“有句老話叫:人離鄉賤!”
亞倫不敢和人說話,害怕別人發現他有不一樣的舉動。
他最初來到異世界的時候,在觀察四周的環境就發現了,盡管附近的人都是金發碧眼。但肯定不是在地球。
這都是因為他剛剛過來那天夜裡敵人攻打了進來,有個身穿盔甲的變態,直接砍穿了兩米寬,三米高的土牆,盡管那是他白天壘的……
亞倫就明白了,這地方很危險。
靠著裝死躲過一劫的亞倫,在戰鬥結束後,就被同陣營的人給翻了出來,然後就被安排了工作。
拖屍體去掩埋……
敵人的,自己人的,這活可不是跟電影那樣,把東西拉到一起找個坑埋了,身上的物件必須通通扒個乾淨才行。
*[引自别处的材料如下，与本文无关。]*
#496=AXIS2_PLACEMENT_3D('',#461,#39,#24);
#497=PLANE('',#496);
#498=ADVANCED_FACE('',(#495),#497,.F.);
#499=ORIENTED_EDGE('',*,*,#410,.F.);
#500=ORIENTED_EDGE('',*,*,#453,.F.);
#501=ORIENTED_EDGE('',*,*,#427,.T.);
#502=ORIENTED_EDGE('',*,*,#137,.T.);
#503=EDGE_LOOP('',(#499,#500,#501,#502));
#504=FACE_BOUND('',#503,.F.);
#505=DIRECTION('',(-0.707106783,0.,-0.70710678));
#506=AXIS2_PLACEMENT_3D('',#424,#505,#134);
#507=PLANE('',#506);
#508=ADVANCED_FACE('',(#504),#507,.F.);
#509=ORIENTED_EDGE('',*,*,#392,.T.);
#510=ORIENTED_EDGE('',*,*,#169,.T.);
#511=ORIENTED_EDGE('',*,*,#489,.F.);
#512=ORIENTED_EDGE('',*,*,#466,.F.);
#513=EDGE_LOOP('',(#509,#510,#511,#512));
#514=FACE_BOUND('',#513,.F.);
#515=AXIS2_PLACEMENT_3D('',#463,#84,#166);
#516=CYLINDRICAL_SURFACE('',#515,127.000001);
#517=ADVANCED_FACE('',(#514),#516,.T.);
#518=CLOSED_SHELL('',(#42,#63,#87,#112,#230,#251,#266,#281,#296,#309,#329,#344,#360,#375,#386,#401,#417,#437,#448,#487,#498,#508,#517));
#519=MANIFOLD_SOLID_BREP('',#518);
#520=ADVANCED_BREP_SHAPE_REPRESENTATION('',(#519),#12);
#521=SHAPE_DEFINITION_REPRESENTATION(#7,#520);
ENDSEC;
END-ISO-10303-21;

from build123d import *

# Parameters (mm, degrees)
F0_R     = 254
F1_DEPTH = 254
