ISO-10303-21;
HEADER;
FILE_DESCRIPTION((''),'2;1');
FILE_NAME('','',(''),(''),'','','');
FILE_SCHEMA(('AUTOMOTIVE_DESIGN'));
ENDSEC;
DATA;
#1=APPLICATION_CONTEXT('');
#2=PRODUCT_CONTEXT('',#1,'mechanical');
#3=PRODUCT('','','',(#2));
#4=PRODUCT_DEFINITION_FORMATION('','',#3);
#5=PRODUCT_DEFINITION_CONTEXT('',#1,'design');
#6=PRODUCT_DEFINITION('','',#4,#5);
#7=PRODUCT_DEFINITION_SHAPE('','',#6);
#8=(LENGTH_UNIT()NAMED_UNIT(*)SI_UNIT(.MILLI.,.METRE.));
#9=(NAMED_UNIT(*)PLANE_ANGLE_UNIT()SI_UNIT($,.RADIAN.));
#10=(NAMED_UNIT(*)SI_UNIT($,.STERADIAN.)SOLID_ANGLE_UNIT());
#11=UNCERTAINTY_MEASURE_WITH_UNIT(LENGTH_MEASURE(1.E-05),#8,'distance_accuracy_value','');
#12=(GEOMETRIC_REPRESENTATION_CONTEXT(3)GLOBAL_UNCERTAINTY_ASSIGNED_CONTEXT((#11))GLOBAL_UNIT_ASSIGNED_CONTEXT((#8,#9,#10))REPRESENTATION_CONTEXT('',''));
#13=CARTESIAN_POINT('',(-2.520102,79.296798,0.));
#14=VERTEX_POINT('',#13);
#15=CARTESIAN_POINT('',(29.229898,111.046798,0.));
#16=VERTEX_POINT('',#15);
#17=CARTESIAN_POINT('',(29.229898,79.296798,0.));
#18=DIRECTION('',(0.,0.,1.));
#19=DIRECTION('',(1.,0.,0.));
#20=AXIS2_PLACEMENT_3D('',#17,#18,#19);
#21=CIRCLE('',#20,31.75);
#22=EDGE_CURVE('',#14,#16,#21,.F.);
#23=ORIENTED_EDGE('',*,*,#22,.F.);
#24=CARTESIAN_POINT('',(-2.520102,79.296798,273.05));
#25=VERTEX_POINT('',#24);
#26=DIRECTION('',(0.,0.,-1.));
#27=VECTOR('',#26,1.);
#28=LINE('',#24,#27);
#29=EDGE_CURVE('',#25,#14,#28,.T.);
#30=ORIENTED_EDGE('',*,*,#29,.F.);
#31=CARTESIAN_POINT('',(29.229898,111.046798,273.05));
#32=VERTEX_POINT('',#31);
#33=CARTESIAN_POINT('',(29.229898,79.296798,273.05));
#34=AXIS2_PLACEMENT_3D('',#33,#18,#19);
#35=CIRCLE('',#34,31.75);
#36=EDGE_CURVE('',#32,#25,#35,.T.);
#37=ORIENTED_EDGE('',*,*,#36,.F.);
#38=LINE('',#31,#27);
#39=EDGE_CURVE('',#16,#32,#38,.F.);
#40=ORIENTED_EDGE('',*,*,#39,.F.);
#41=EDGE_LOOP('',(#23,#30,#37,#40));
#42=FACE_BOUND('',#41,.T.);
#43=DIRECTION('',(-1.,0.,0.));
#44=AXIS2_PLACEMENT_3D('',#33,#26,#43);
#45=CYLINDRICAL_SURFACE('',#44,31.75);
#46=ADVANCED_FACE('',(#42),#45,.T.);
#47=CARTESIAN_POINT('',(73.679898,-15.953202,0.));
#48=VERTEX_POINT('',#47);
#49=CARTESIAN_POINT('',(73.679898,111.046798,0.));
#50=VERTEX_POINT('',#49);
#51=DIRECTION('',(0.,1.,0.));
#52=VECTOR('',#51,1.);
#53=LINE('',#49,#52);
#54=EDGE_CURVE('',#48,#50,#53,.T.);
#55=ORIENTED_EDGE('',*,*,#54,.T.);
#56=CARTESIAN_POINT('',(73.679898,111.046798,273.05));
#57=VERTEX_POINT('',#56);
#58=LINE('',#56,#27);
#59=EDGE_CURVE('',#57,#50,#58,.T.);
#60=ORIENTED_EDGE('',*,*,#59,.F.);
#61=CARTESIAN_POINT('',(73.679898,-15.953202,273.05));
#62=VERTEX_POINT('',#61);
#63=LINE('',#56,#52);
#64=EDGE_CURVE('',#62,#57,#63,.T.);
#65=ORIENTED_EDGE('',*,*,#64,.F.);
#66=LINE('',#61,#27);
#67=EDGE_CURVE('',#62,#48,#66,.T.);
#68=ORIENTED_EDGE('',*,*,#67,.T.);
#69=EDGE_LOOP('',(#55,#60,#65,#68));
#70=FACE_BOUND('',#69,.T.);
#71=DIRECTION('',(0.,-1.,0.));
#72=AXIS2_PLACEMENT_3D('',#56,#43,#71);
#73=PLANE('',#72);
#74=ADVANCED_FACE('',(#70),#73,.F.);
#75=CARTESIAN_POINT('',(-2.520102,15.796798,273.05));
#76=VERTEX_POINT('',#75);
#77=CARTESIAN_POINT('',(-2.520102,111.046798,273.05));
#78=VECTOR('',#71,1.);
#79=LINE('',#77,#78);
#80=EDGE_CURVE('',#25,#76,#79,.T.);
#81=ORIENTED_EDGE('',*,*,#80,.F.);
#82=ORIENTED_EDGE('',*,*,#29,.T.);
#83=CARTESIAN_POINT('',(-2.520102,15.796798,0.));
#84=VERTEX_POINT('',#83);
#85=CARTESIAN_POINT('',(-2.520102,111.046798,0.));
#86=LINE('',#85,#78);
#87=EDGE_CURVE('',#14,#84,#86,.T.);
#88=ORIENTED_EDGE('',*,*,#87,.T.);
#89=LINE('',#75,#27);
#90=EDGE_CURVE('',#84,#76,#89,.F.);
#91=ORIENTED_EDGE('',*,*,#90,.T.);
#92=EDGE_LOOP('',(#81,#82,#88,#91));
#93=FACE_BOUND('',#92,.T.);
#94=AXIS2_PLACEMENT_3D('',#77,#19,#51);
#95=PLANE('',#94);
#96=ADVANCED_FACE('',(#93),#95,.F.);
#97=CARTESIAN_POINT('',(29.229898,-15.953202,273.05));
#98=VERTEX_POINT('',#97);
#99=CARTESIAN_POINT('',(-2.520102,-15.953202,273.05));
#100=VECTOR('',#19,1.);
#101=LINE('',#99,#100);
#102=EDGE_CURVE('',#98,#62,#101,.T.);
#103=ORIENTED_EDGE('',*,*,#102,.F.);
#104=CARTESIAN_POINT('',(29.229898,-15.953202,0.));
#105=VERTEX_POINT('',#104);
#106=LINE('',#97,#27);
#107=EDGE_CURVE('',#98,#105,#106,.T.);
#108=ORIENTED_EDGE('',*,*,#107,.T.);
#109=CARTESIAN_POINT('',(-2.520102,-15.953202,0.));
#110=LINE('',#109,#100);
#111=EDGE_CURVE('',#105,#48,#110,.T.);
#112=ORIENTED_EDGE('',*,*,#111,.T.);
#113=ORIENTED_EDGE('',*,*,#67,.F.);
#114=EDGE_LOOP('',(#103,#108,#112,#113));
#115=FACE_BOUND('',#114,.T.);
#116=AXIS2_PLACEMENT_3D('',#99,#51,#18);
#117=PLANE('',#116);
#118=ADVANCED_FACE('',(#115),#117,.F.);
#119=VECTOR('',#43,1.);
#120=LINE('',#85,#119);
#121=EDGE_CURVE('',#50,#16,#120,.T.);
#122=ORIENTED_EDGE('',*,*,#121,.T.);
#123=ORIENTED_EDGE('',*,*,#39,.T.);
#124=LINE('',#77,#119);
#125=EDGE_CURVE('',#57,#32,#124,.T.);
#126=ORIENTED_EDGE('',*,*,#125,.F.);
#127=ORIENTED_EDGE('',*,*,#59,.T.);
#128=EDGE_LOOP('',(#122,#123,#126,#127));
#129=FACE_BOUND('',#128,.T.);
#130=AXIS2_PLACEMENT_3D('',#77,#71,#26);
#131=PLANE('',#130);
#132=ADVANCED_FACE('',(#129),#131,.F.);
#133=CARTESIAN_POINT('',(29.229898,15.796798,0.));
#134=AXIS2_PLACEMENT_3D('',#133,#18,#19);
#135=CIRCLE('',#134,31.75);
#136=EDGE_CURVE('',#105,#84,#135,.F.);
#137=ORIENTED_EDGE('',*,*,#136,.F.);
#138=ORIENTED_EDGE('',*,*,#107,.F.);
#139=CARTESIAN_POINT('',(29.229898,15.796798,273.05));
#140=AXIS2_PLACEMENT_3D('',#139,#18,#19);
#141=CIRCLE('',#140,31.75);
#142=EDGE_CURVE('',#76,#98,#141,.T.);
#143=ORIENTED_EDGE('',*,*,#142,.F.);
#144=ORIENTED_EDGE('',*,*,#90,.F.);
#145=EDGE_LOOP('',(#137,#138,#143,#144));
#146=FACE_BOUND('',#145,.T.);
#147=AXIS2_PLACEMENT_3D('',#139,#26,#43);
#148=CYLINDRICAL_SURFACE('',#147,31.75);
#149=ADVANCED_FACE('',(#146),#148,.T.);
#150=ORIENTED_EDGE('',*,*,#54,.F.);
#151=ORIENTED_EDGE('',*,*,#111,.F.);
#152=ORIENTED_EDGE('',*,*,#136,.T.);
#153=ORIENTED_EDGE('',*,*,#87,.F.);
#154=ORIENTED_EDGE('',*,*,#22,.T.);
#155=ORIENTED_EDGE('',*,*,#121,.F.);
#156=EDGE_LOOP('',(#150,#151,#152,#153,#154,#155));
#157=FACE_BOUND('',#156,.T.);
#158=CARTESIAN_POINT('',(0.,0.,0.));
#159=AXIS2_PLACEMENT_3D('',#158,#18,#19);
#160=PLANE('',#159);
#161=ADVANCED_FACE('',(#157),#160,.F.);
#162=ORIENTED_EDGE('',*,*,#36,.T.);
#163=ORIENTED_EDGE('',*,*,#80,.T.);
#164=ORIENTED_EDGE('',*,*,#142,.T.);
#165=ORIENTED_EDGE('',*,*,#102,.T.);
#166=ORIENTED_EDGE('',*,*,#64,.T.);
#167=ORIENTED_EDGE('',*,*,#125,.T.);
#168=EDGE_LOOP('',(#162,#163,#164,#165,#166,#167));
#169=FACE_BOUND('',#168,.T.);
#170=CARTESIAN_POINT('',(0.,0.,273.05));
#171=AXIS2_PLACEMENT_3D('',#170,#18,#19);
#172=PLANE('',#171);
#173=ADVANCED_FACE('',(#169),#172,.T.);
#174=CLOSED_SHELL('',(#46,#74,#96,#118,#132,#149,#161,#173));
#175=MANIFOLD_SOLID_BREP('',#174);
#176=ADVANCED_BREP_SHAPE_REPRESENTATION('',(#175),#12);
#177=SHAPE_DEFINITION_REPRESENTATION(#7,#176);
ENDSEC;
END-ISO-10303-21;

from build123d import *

# Parameters (mm, degrees)
SKETCH1_W           = 76.2
SKETCH1_H           = 127
BOSS_EXTRUDE1_DEPTH = 273.05
FILLET1_R           = 31.75


with BuildPart() as part:
    # Sketch1 → Boss-Extrude1 (new body)
    with BuildSketch(Plane.XY):
        with Locations((35.57989844, 47.54679803)):
            Rectangle(SKETCH1_W, SKETCH1_H)
    extrude(amount=BOSS_EXTRUDE1_DEPTH)

    # Fillet1
    fillet1_edges = [part.edges().sort_by_distance(p)[0] for p in [
        (-2.52010156, 111.04679803, 136.525),
        (-2.52010156, -15.95320197, 136.525),
    ]]
    fillet(fillet1_edges, radius=FILLET1_R)


solid = part.part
所以亞倫必須得把防具,武器,甚至連破舊衣服都得扒下來上繳,這個過程中還有一個軍官在旁邊監督,防止有人私藏。
當然。
最為重要的是得把自己人擺放整齊,好讓後勤部的書記員統計下死亡人員身份。
好在亞倫不暈血,兩腿顫顫,他還是拖著“同類”的腿,拉到指定的地方擺放。
在拉開一具屍體後,亞倫發現了一個巴掌大玻璃瓶,看起來像是裝藥劑的瓶子,亞倫下意識到這是個好東西。
這個瓶身就值十個銀勒!!!
盡管他不知道十個銀勒值多少錢,但從這具被他魂穿的倒霉身體給的反饋看來,這是一個貴重物品。
打掃戰場,按例一切繳獲通通上交。
每次打掃完戰場完,工作的仆兵都會被小隊長帶人進行搜身檢查,發現私藏物品一律吊起來抽。
可現在是在營地裡啊,亞倫不需要把這個玻璃瓶藏在身上,完全可以藏在附近,蓋點土遮掩,反正這邊就是自己的活動范圍。
嚴重缺乏安全感的亞倫急需找到所有能用的東西,不管認不認識,反正他現在一窮二白。
手腳麻利的不停來回的拖運著屍體,手上也不老實,在不停的搜索著小物件,大的如武器,防具類的太顯眼,不好藏。
可小的如銀勒,銅勒之類,可以抓在手心裡躲過監督的長官。
就在亞倫四處忙活的時候,有人發現了異常,也是,別的仆兵都在慢悠悠的工作,就你一個顯眼包,那麽勤快工作,很難不讓人注意,這非常不合理。
監軍慢慢的走到了亞倫身後。
亞倫還沉浸在收獲的喜悅中,可原身體天生的毛病救亞倫一命,平民害怕貴族……
雙腿一軟,直接作跪倒狀,正奇怪為啥身體不受控制時?一雙皮靴就出現在眼前,嚇的亞倫頓時心就提了起來,媽呀!被發現了……
接著腦海就浮現出一個被監軍抓到私藏戰利品的倒霉蛋,被吊起來抽死了的畫面。
亞倫這才意識,自己怕是要完了,這裡可不是前世,抓人還跟你講什麽證據……
“站起來”,監軍說道。
?
他聽不懂哈克語,不知道要做什麽,趴著一動不敢動,對死亡的恐懼使得身體不自主的陣陣發顫。
有那麽一瞬間,腦海裡閃過了很多自己已經忘掉的種種人生過往。